Menu

R v. Fearon

Posted on

This appeal concerns a core area of the BCCLA’s concern: an individual’s right to be free from unreasonable search and seizure. In this case, the Supreme Court of Canada will consider the legal authority of the police to search the contents of mobile phones seized incident to a lawful arrest. The hearing before the Supreme Court of Canada will take place on April 16, 2014.

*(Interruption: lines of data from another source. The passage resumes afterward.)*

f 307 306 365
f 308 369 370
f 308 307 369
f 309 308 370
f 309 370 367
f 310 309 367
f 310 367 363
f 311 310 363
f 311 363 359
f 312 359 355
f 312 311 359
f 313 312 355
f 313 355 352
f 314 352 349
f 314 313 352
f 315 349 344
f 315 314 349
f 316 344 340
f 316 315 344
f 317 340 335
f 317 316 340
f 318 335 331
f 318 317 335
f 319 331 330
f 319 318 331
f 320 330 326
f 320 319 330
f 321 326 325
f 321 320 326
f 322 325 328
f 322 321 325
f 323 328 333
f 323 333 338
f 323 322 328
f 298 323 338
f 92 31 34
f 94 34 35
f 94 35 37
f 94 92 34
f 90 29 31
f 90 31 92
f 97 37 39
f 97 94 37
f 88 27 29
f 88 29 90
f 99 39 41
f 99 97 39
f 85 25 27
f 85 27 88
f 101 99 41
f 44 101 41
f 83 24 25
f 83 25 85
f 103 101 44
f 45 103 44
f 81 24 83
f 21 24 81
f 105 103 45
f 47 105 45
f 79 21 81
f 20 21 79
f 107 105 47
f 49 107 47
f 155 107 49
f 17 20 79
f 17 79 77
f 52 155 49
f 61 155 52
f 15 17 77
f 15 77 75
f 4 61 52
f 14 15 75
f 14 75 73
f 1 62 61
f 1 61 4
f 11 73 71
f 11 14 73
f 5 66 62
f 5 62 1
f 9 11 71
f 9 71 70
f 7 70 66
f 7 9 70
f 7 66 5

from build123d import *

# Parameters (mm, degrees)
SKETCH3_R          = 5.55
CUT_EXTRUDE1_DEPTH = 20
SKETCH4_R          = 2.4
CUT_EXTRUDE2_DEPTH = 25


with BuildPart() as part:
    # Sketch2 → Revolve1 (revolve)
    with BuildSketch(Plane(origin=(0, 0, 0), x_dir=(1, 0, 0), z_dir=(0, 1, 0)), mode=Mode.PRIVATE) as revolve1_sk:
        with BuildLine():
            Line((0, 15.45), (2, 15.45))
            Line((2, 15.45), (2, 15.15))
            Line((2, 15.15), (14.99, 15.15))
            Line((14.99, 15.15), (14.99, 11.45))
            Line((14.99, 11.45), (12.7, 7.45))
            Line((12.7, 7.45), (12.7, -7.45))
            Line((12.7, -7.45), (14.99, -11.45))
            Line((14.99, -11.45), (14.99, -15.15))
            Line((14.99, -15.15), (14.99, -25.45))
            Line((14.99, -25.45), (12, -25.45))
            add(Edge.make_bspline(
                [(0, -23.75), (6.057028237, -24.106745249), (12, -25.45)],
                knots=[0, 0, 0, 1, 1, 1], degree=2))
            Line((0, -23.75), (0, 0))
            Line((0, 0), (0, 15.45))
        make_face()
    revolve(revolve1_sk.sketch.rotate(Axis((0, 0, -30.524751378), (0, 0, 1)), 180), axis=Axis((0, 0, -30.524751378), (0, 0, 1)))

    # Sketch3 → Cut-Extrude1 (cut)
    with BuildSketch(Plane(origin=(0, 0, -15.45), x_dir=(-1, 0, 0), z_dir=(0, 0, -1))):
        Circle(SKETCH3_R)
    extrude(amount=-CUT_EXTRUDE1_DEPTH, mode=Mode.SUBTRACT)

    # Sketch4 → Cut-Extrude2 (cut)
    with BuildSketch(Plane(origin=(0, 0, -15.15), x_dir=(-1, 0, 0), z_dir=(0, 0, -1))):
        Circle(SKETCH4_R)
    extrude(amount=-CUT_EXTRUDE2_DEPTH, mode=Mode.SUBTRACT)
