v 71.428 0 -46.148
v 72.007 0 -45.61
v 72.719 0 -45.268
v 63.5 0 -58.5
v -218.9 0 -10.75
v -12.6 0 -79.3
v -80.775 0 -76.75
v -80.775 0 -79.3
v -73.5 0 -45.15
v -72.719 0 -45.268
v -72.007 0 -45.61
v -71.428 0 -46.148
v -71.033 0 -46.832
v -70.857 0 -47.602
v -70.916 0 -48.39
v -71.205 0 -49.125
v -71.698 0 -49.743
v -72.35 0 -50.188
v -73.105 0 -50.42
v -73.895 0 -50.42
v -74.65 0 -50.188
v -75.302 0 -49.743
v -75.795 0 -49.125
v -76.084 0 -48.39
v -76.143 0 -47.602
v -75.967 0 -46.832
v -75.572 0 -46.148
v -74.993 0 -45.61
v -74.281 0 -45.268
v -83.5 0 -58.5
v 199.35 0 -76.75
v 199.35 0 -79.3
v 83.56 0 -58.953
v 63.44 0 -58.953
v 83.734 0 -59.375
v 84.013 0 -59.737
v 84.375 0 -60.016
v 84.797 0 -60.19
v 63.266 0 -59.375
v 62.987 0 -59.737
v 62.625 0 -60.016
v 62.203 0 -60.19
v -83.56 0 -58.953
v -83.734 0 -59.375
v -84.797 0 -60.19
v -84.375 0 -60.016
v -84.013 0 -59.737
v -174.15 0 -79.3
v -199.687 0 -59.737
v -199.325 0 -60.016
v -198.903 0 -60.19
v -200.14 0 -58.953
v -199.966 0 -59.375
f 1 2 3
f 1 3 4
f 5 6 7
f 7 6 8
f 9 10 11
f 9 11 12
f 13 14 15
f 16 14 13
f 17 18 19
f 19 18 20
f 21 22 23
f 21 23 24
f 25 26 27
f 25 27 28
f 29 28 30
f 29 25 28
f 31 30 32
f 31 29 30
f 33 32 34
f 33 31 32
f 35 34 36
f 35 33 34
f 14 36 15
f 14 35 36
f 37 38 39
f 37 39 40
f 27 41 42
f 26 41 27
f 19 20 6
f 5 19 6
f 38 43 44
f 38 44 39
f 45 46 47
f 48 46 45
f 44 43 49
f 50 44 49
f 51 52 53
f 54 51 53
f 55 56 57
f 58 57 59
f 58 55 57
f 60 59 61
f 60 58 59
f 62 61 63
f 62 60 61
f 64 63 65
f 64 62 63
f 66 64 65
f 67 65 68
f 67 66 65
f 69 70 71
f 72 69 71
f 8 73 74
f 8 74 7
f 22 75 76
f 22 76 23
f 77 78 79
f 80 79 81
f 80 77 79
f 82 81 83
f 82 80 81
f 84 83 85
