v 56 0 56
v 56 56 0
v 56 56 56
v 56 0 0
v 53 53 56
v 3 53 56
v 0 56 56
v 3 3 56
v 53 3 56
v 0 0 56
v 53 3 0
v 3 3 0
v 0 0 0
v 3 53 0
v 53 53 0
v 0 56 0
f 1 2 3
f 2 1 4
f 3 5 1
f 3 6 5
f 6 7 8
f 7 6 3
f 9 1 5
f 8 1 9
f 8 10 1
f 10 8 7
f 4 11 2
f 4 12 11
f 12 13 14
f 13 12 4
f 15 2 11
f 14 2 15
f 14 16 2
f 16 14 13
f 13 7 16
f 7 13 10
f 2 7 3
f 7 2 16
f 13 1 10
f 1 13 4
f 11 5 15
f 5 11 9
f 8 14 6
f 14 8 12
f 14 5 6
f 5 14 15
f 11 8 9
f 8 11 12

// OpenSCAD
wallthickness = 3;

sizex = 50 + (wallthickness*2);
sizey = 50 + (wallthickness*2);
sizez = 50 + (wallthickness*2);

difference() {
    cube([
        sizex,
        sizey,
        sizez
    ]);
    translate([wallthickness,wallthickness,-1]) {
        cube([
            sizex-(wallthickness*2),
            sizey-(wallthickness*2),
            sizez+5
        ]);
    }
}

The BCCLA is an intervener in this case. At the core of the BCCLA’s argument in this case is the profound privacy interest that individuals have in their mobile phones. Modern cell phones are portals to intensively private information, such as our photos, videos, notes, internet browsing histories, calendar, contact lists, and GPS location information, among other things. The BCCLA argues that a warrant should always be required because the contents of a cell phone are searched. Along with private information, cell phones – more than any other personal device – contain massive amounts of private communications. Police often search cell phones for the primary purpose of retrieving communications. Cell phone searches have become the modern-day equivalent of a wiretap on a phone. For this reason, the BCCLA argues that the police should not be allowed to search cell phones without the heightened prior judicial scrutiny required for the interception of private communications.

The BCCLA’s argument in this case can be found here.

The Supreme Court of Canada released its judgment in this case on December 11, 2014. The Court split 4:3, with the majority ruling that the common law power to search incident to lawful arrest allows the search of cell phones and similar electronic devices subject to some modification of the existing framework. The Court outlined four conditions that must be met for the search to comply with s. 8: (1) arrest must be lawful; (2) the search must be truly incidental to the arrest and done promptly upon arrest; (3) the nature and the extent of the search must be tailored to its purpose; and (4) the police must make notes of what they examined on the cell phone and on how they examined it.

The decision of the Supreme Court of Canada is available here.

The BCCLA is represented by Gerald Chan and Nader Hasan of Ruby Shiller Chan Hasan Barristers.